What grade are you in? 1st

What school do you go to and who is your teacher? Acacia and my teacher is Ms. Arlt.

What is your favorite place to go in Uganda? Acacia Mall

Who are your best friends? Timothy and Angus

What do you like to play inside…outside? Football outside and inside I like to play cars.

How do you like having older brothers? Kind of (gave me a sideways thumbs up)

What is your favorite song? The tiger song…Your gonna hear me roar- “Roar” by Katy Perry

Tell me a story you have learned in the Bible. When Jesus parted the Red Sea. Why is it your favorite? My favorite because I have never seen a sea that is parted. Did Jesus part the sea or someone else? Jesus and Moses.

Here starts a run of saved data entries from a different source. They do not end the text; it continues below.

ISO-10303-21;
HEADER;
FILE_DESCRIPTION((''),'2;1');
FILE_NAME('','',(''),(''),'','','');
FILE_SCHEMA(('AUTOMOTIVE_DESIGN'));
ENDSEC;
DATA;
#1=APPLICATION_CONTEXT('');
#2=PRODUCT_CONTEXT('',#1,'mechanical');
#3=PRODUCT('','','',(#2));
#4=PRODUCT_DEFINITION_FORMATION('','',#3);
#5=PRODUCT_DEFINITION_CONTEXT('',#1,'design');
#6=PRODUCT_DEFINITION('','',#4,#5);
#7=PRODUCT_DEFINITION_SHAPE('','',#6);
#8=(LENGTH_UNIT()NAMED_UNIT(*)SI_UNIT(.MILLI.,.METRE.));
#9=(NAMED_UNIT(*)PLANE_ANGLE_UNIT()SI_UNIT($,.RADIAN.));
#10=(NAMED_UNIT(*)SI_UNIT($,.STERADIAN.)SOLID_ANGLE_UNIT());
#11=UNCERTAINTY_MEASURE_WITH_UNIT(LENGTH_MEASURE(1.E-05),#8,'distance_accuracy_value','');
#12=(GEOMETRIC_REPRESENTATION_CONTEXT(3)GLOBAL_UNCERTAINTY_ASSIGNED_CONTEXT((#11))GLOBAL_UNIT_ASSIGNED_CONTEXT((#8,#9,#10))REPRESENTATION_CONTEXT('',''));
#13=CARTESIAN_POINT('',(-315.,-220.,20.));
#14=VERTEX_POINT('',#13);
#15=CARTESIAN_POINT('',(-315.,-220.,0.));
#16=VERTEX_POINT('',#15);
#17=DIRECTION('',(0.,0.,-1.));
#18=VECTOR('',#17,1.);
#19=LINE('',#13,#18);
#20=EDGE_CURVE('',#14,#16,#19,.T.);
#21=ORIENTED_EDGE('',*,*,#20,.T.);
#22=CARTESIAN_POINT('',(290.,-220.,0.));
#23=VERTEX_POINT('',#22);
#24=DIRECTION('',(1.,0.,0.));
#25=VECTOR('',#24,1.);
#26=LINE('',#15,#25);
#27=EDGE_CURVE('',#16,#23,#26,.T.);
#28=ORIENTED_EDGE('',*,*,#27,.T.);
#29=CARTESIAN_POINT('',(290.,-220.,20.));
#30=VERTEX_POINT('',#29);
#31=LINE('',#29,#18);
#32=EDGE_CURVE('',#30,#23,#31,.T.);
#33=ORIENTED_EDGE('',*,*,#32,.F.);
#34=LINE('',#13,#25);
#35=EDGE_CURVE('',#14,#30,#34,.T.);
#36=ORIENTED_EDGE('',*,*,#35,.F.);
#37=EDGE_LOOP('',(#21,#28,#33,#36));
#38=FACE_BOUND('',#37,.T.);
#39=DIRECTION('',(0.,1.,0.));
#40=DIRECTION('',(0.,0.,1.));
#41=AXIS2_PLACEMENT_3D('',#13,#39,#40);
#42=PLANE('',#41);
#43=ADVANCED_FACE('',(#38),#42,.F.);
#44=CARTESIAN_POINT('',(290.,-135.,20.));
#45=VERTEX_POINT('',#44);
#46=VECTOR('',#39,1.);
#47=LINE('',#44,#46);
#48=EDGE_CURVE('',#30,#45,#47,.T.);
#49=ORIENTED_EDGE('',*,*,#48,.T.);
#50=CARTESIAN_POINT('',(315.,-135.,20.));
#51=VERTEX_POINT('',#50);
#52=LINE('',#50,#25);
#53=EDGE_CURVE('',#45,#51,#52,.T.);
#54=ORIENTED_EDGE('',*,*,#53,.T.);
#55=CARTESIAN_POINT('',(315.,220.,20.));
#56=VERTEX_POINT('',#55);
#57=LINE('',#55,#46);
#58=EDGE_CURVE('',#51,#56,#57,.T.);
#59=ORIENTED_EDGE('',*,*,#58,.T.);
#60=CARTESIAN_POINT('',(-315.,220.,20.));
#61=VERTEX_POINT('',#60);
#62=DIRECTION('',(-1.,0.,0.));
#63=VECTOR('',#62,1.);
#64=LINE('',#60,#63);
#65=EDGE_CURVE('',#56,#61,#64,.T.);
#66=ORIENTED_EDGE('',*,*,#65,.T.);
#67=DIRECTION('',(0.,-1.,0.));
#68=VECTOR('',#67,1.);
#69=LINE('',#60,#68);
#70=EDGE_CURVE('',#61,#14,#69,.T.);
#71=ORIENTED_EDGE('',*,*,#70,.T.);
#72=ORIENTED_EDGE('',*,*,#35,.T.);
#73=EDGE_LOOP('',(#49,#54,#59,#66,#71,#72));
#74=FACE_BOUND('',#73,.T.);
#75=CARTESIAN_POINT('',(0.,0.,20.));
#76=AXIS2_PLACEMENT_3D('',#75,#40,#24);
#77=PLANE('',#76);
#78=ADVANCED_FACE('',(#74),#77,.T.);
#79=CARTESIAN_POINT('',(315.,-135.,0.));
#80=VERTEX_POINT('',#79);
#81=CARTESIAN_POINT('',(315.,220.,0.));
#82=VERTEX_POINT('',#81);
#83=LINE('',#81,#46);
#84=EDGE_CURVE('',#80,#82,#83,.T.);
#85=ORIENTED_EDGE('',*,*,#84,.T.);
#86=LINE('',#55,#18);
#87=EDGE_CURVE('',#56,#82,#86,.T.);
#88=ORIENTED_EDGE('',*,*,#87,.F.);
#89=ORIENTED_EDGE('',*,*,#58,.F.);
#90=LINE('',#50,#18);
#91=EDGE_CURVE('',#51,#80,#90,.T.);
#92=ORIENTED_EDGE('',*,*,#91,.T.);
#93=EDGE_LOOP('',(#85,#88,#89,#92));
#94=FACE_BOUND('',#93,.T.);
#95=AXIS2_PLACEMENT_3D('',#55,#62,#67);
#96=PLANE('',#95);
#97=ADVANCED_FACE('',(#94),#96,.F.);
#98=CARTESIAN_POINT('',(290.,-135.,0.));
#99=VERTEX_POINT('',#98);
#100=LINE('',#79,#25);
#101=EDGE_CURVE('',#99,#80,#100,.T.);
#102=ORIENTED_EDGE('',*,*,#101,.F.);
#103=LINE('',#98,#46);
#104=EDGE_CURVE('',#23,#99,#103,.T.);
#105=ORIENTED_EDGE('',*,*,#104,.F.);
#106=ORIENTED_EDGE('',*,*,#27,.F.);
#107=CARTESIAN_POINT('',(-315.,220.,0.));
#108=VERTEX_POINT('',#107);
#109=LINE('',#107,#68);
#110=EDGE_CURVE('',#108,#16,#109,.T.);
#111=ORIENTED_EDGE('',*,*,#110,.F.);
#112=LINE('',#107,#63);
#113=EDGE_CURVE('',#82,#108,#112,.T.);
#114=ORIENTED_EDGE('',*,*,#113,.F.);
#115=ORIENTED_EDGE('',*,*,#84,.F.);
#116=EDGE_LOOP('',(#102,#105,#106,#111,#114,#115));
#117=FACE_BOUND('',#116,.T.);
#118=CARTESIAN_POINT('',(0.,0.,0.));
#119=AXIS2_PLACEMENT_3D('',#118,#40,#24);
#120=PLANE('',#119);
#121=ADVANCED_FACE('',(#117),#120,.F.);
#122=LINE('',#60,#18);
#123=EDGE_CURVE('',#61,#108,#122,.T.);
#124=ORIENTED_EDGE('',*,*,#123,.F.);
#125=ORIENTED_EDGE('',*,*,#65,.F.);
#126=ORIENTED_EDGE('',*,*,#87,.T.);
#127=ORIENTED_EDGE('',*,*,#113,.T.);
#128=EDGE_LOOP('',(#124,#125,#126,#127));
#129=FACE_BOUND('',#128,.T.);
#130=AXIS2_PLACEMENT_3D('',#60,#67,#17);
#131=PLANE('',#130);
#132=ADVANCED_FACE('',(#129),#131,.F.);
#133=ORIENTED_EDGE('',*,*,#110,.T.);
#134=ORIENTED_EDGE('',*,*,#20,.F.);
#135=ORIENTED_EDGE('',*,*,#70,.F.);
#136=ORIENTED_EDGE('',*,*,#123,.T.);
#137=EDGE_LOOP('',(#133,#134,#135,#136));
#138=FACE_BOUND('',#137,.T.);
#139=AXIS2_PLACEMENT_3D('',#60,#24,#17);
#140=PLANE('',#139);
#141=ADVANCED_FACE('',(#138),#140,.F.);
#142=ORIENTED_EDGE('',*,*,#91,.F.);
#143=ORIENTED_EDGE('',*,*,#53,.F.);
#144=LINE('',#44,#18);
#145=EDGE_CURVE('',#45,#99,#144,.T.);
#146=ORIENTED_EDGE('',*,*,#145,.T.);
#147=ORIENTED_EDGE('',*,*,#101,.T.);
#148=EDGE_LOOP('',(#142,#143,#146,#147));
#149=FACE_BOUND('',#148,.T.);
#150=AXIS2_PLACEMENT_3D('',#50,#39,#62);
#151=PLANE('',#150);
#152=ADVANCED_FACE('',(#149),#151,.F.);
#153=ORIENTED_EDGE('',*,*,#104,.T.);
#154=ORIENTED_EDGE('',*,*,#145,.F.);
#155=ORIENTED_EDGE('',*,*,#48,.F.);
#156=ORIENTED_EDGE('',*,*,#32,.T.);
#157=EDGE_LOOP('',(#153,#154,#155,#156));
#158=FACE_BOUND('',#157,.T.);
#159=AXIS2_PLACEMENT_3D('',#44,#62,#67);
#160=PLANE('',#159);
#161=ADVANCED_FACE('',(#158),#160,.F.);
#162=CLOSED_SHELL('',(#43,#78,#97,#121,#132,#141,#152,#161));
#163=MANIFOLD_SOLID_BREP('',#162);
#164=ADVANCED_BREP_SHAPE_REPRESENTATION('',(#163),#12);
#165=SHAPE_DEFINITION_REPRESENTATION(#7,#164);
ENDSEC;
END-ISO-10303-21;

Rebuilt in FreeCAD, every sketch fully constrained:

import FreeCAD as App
import Part
import Sketcher

doc = App.newDocument("Part")
body = doc.addObject("PartDesign::Body", "Body")

sketch1 = doc.addObject("Sketcher::SketchObject", "Sketch")
body.addObject(sketch1)
sketch1.AttachmentSupport = (doc.XY_Plane, [""])
sketch1.MapMode = "FlatFace"
sketch1.addGeometry([
    Part.LineSegment(App.Vector(290, -135, 0), App.Vector(315, -135, 0)),
    Part.LineSegment(App.Vector(315, -135, 0), App.Vector(315, 220, 0)),
    Part.LineSegment(App.Vector(315, 220, 0), App.Vector(-315, 220, 0)),
    Part.LineSegment(App.Vector(-315, 220, 0), App.Vector(-315, -220, 0)),
    Part.LineSegment(App.Vector(-315, -220, 0), App.Vector(290, -220, 0)),
    Part.LineSegment(App.Vector(290, -220, 0), App.Vector(290, -135, 0)),
], False)
sketch1.addConstraint([
    Sketcher.Constraint("Coincident", 0, 2, 1, 1),
    Sketcher.Constraint("Coincident", 1, 2, 2, 1),
    Sketcher.Constraint("Coincident", 2, 2, 3, 1),
    Sketcher.Constraint("Coincident", 3, 2, 4, 1),
    Sketcher.Constraint("Coincident", 4, 2, 5, 1),
    Sketcher.Constraint("Coincident", 5, 2, 0, 1),
    Sketcher.Constraint("Horizontal", 0),
    Sketcher.Constraint("Vertical", 1),
    Sketcher.Constraint("Horizontal", 2),
    Sketcher.Constraint("Vertical", 3),
    Sketcher.Constraint("Horizontal", 4),
    Sketcher.Constraint("Vertical", 5),
    Sketcher.Constraint("Symmetric", 1, 2, 3, 2, -1, 1),
    Sketcher.Constraint("DistanceX", 0, 1, 0, 2, 25.0),
    Sketcher.Constraint("DistanceX", 2, 2, 2, 1, 630.0),
    Sketcher.Constraint("DistanceY", 1, 1, 1, 2, 355.0),
    Sketcher.Constraint("DistanceY", 3, 2, 3, 1, 440.0),
])
pad1 = doc.addObject("PartDesign::Pad", "Pad")
body.addObject(pad1)
pad1.Profile = sketch1
pad1.Length = 20

doc.recompute()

Where would you like to visit? Timothy’s House.

What is the best thing about living in Uganda? Our dog. But we had a dog in the U.S. too. Both of them are very nice.

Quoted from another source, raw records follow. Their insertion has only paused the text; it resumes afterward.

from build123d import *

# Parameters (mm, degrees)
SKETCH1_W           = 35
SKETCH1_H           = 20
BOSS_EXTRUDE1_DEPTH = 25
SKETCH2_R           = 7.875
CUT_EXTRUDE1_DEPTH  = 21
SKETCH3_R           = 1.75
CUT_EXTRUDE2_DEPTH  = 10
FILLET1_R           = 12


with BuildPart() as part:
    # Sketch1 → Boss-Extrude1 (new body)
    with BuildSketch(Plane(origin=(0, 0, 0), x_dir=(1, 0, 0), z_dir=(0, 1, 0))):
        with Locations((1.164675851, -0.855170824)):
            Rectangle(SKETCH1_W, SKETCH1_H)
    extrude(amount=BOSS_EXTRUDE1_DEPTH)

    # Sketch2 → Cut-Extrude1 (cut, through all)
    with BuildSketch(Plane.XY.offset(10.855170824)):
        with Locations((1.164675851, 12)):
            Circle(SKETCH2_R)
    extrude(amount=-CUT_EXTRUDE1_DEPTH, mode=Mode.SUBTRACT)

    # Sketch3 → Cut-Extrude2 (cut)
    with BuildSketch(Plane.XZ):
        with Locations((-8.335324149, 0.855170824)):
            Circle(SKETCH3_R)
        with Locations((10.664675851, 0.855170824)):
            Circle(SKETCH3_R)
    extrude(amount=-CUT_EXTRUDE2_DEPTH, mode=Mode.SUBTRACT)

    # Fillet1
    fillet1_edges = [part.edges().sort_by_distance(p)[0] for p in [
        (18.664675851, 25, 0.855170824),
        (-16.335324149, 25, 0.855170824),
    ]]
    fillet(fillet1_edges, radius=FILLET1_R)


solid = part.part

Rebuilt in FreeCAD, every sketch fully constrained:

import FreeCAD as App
import Part
import Sketcher
from FreeCAD import Vector


def edges_at(feature, points):
    """Names of the edges that pass closest to the given points."""
    edges = feature.Shape.Edges
    near = lambda p: min(range(len(edges)), key=lambda i: edges[i].distToShape(Part.Vertex(*p))[0])
    return sorted({f"Edge{near(p) + 1}" for p in points})

doc = App.newDocument("Part")
body = doc.addObject("PartDesign::Body", "Body")

# Sketch on XZ plane
sketch1 = body.newObject("Sketcher::SketchObject", "Sketch")
sketch1.AttachmentSupport = (doc.getObject("XZ_Plane"), [""])
sketch1.MapMode = "FlatFace"
sketch1.addGeometry([
    Part.LineSegment(Vector(-16, -9, 0), Vector(-16, 11, 0)),
    Part.LineSegment(Vector(-16, 11, 0), Vector(19, 11, 0)),
    Part.LineSegment(Vector(19, 11, 0), Vector(19, -9, 0)),
    Part.LineSegment(Vector(19, -9, 0), Vector(-16, -9, 0)),
], False)
sketch1.addConstraint([
    Sketcher.Constraint("Coincident", 0, 2, 1, 1),
    Sketcher.Constraint("Coincident", 1, 2, 2, 1),
    Sketcher.Constraint("Coincident", 2, 2, 3, 1),
    Sketcher.Constraint("Coincident", 3, 2, 0, 1),
    Sketcher.Constraint("Vertical", 0),
    Sketcher.Constraint("Horizontal", 1),
    Sketcher.Constraint("Vertical", 2),
    Sketcher.Constraint("Horizontal", 3),
    Sketcher.Constraint("DistanceX", 1, 1, 1, 2, 35.0),
    Sketcher.Constraint("DistanceY", 0, 1, 0, 2, 20.0),
    Sketcher.Constraint("DistanceY", -1, 1, 0, 2, 10.855171),
    Sketcher.Constraint("DistanceX", 0, 2, -1, 1, 16.335324),
])
pad1 = body.newObject("PartDesign::Pad", "Pad")
pad1.Profile = sketch1
pad1.Length = 25
pad1.Reversed = True

# Sketch on XY plane
sketch2 = body.newObject("Sketcher::SketchObject", "Sketch001")
sketch2.AttachmentSupport = (doc.getObject("XY_Plane"), [""])
sketch2.MapMode = "FlatFace"
sketch2.AttachmentOffset = App.Placement(Vector(0, 0, 10.855171), App.Rotation())
sketch2.addGeometry(Part.Circle(Vector(1, 12, 0), Vector(0, 0, 1), 8), False)
sketch2.addConstraint([
    Sketcher.Constraint("Diameter", 0, 15.75),
    Sketcher.Constraint("DistanceY", -1, 1, 0, 3, 12.0),
    Sketcher.Constraint("DistanceX", -1, 1, 0, 3, 1.164676),
])
pocket1 = body.newObject("PartDesign::Pocket", "Pocket")
pocket1.Profile = sketch2
pocket1.Type = "ThroughAll"

# Sketch on XZ plane
sketch3 = body.newObject("Sketcher::SketchObject", "Sketch002")
sketch3.AttachmentSupport = (doc.getObject("XZ_Plane"), [""])
sketch3.MapMode = "FlatFace"
sketch3.addGeometry([
    Part.Circle(Vector(-8.3, 0.9, 0), Vector(0, 0, 1), 1.8),
    Part.Circle(Vector(10.7, 0.9, 0), Vector(0, 0, 1), 1.8),
], False)
sketch3.addConstraint([
    Sketcher.Constraint("Equal", 0, 1),
    Sketcher.Constraint("Horizontal", 0, 3, 1, 3),
    Sketcher.Constraint("Diameter", 0, 3.5),
    Sketcher.Constraint("DistanceX", 0, 3, 1, 3, 19.0),
    Sketcher.Constraint("DistanceY", -1, 1, 0, 3, 0.855171),
    Sketcher.Constraint("DistanceX", 0, 3, -1, 1, 8.335324),
])
pocket2 = body.newObject("PartDesign::Pocket", "Pocket001")
pocket2.Profile = sketch3
pocket2.Length = 10
doc.recompute()

fillet = body.newObject("PartDesign::Fillet", "Fillet")
fillet.Base = (pocket2, edges_at(pocket2, [(18.665, 25, 0.855), (-16.335, 25, 0.855)]))
fillet.Radius = 12

doc.recompute()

Jacob has grown up looking at pictures from Uganda and visiting when he was just a year old to now living here since he was about to turn 4. He has experienced life in America more than any kid in our family, but is a bit confused about some details regarding life in America. He was convinced that Santa lives in the U.S.

I have enjoyed seeing Jacob learn and grow here in Uganda because of his opportunity to go to school at a great international school. He has made many friends, sadly he has also lost at least 3 friends in the last year. He will lose another friend at the end of this year too as his best friend Timothy is moving away.

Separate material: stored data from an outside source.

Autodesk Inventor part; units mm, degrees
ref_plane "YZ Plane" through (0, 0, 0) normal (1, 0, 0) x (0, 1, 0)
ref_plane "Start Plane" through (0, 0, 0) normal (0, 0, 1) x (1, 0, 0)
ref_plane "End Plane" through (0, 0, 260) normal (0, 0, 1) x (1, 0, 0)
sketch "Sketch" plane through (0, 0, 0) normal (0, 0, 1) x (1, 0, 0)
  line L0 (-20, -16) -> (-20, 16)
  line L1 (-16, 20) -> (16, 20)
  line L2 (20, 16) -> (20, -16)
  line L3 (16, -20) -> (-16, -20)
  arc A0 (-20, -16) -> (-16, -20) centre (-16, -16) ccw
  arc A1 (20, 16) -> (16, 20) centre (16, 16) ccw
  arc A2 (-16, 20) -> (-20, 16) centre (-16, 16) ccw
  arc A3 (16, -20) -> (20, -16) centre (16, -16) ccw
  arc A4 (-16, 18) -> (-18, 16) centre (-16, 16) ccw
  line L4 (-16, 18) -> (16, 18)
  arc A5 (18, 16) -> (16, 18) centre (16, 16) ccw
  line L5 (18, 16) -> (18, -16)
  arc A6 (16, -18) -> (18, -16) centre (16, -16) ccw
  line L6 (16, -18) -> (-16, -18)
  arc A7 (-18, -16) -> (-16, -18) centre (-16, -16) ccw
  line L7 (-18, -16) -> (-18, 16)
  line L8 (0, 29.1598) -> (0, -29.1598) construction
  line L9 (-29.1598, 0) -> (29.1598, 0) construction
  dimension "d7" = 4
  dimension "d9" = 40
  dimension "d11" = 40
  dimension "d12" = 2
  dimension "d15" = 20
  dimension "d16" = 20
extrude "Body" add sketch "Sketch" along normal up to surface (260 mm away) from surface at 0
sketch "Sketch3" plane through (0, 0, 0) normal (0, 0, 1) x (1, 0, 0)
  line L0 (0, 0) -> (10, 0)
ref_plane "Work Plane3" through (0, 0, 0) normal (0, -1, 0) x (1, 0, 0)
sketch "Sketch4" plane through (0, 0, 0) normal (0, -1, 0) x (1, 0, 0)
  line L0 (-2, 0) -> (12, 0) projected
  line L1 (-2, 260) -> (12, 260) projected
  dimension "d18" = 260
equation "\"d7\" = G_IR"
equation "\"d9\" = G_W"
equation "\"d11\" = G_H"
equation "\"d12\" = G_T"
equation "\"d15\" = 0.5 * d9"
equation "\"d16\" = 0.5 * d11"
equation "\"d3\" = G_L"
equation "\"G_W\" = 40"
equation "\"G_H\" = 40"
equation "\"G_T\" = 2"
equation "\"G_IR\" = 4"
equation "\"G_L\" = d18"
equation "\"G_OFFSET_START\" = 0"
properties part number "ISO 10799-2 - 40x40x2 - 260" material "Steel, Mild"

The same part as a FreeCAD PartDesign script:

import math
import FreeCAD as App
import Part
import Sketcher

doc = App.newDocument("Part")
body = doc.addObject("PartDesign::Body", "Body")

sketch1 = body.newObject("Sketcher::SketchObject", "Sketch")
sketch1.AttachmentSupport = (doc.getObject("XY_Plane"), [""])
sketch1.MapMode = "FlatFace"
sketch1.addGeometry([
    Part.LineSegment(App.Vector(-20, 16, 0), App.Vector(-20, -16, 0)),
    Part.ArcOfCircle(Part.Circle(App.Vector(-16, -16, 0), App.Vector(0, 0, 1), 4), math.radians(180), math.radians(270)),
    Part.LineSegment(App.Vector(-16, -20, 0), App.Vector(16, -20, 0)),
    Part.ArcOfCircle(Part.Circle(App.Vector(16, -16, 0), App.Vector(0, 0, 1), 4), math.radians(-90), math.radians(0)),
    Part.LineSegment(App.Vector(20, -16, 0), App.Vector(20, 16, 0)),
    Part.ArcOfCircle(Part.Circle(App.Vector(16, 16, 0), App.Vector(0, 0, 1), 4), math.radians(0), math.radians(90)),
    Part.LineSegment(App.Vector(16, 20, 0), App.Vector(-16, 20, 0)),
    Part.ArcOfCircle(Part.Circle(App.Vector(-16, 16, 0), App.Vector(0, 0, 1), 4), math.radians(90), math.radians(180)),
    Part.ArcOfCircle(Part.Circle(App.Vector(-16, 16, 0), App.Vector(0, 0, 1), 2), math.radians(90), math.radians(180)),
    Part.LineSegment(App.Vector(-16, 18, 0), App.Vector(16, 18, 0)),
    Part.ArcOfCircle(Part.Circle(App.Vector(16, 16, 0), App.Vector(0, 0, 1), 2), math.radians(0), math.radians(90)),
    Part.LineSegment(App.Vector(18, 16, 0), App.Vector(18, -16, 0)),
    Part.ArcOfCircle(Part.Circle(App.Vector(16, -16, 0), App.Vector(0, 0, 1), 2), math.radians(-90), math.radians(0)),
    Part.LineSegment(App.Vector(16, -18, 0), App.Vector(-16, -18, 0)),
    Part.ArcOfCircle(Part.Circle(App.Vector(-16, -16, 0), App.Vector(0, 0, 1), 2), math.radians(180), math.radians(270)),
    Part.LineSegment(App.Vector(-18, -16, 0), App.Vector(-18, 16, 0)),
], False)
sketch1.addConstraint([
    Sketcher.Constraint("Tangent", 0, 2, 1, 1),
    Sketcher.Constraint("Tangent", 1, 2, 2, 1),
    Sketcher.Constraint("Tangent", 2, 2, 3, 1),
    Sketcher.Constraint("Tangent", 3, 2, 4, 1),
    Sketcher.Constraint("Tangent", 4, 2, 5, 1),
    Sketcher.Constraint("Tangent", 5, 2, 6, 1),
    Sketcher.Constraint("Tangent", 6, 2, 7, 1),
    Sketcher.Constraint("Tangent", 7, 2, 0, 1),
    Sketcher.Constraint("Tangent", 8, 1, 9, 1),
    Sketcher.Constraint("Tangent", 9, 2, 10, 2),
    Sketcher.Constraint("Tangent", 10, 1, 11, 1),
    Sketcher.Constraint("Tangent", 11, 2, 12, 2),
    Sketcher.Constraint("Tangent", 12, 1, 13, 1),
    Sketcher.Constraint("Tangent", 13, 2, 14, 2),
    Sketcher.Constraint("Tangent", 14, 1, 15, 1),
    Sketcher.Constraint("Tangent", 15, 2, 8, 2),
    Sketcher.Constraint("Vertical", 0),
    Sketcher.Constraint("Horizontal", 2),
    Sketcher.Constraint("Vertical", 4),
    Sketcher.Constraint("Horizontal", 6),
    Sketcher.Constraint("Horizontal", 9),
    Sketcher.Constraint("Vertical", 11),
    Sketcher.Constraint("Horizontal", 13),
    Sketcher.Constraint("Vertical", 15),
    Sketcher.Constraint("Coincident", 8, 3, 7, 3),
    Sketcher.Constraint("Coincident", 10, 3, 5, 3),
    Sketcher.Constraint("Coincident", 12, 3, 3, 3),
    Sketcher.Constraint("Equal", 1, 3),
    Sketcher.Constraint("Equal", 3, 5),
    Sketcher.Constraint("Equal", 5, 7),
    Sketcher.Constraint("Equal", 12, 14),
    Sketcher.Constraint("Symmetric", 1, 3, 5, 3, -1, 1),
    Sketcher.Constraint("Equal", 13, 0),
    Sketcher.Constraint("Radius", 1, 4.0),
    Sketcher.Constraint("Radius", 8, 2.0),
    Sketcher.Constraint("DistanceX", 0, 2, -1, 1, 20.0),
])
pad1 = body.newObject("PartDesign::Pad", "Pad")
pad1.Profile = sketch1
pad1.Length = 260

doc.recompute()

He has matured in a lot of ways, but is still really good at whining and complaining when he doesn’t get his way. He has learned how to be independent, but will still come and find me to get a hug or tell me something special that is going on in his day (one of the perks of working at his school). He has had his ups and downs with the addition of older brothers. I see improvement though in his ability to relate and adapt to the change.

Jacob still has a hard time blending in when we go to work in Gayaza as he is visibly different but also it is hard to relate to kids who don’t know how to hold a conversation. He is very intelligent and can read at a high level. However, he is one of the youngest in his class at school and still gets exhausted by the end of the school day.

Jacob is a very thoughtful child when he wants to be, often wanting to celebrate others when they have special moments in their lives. He is my snuggle bug and loves to cuddle. Very affectionate and loves animals (especially dogs).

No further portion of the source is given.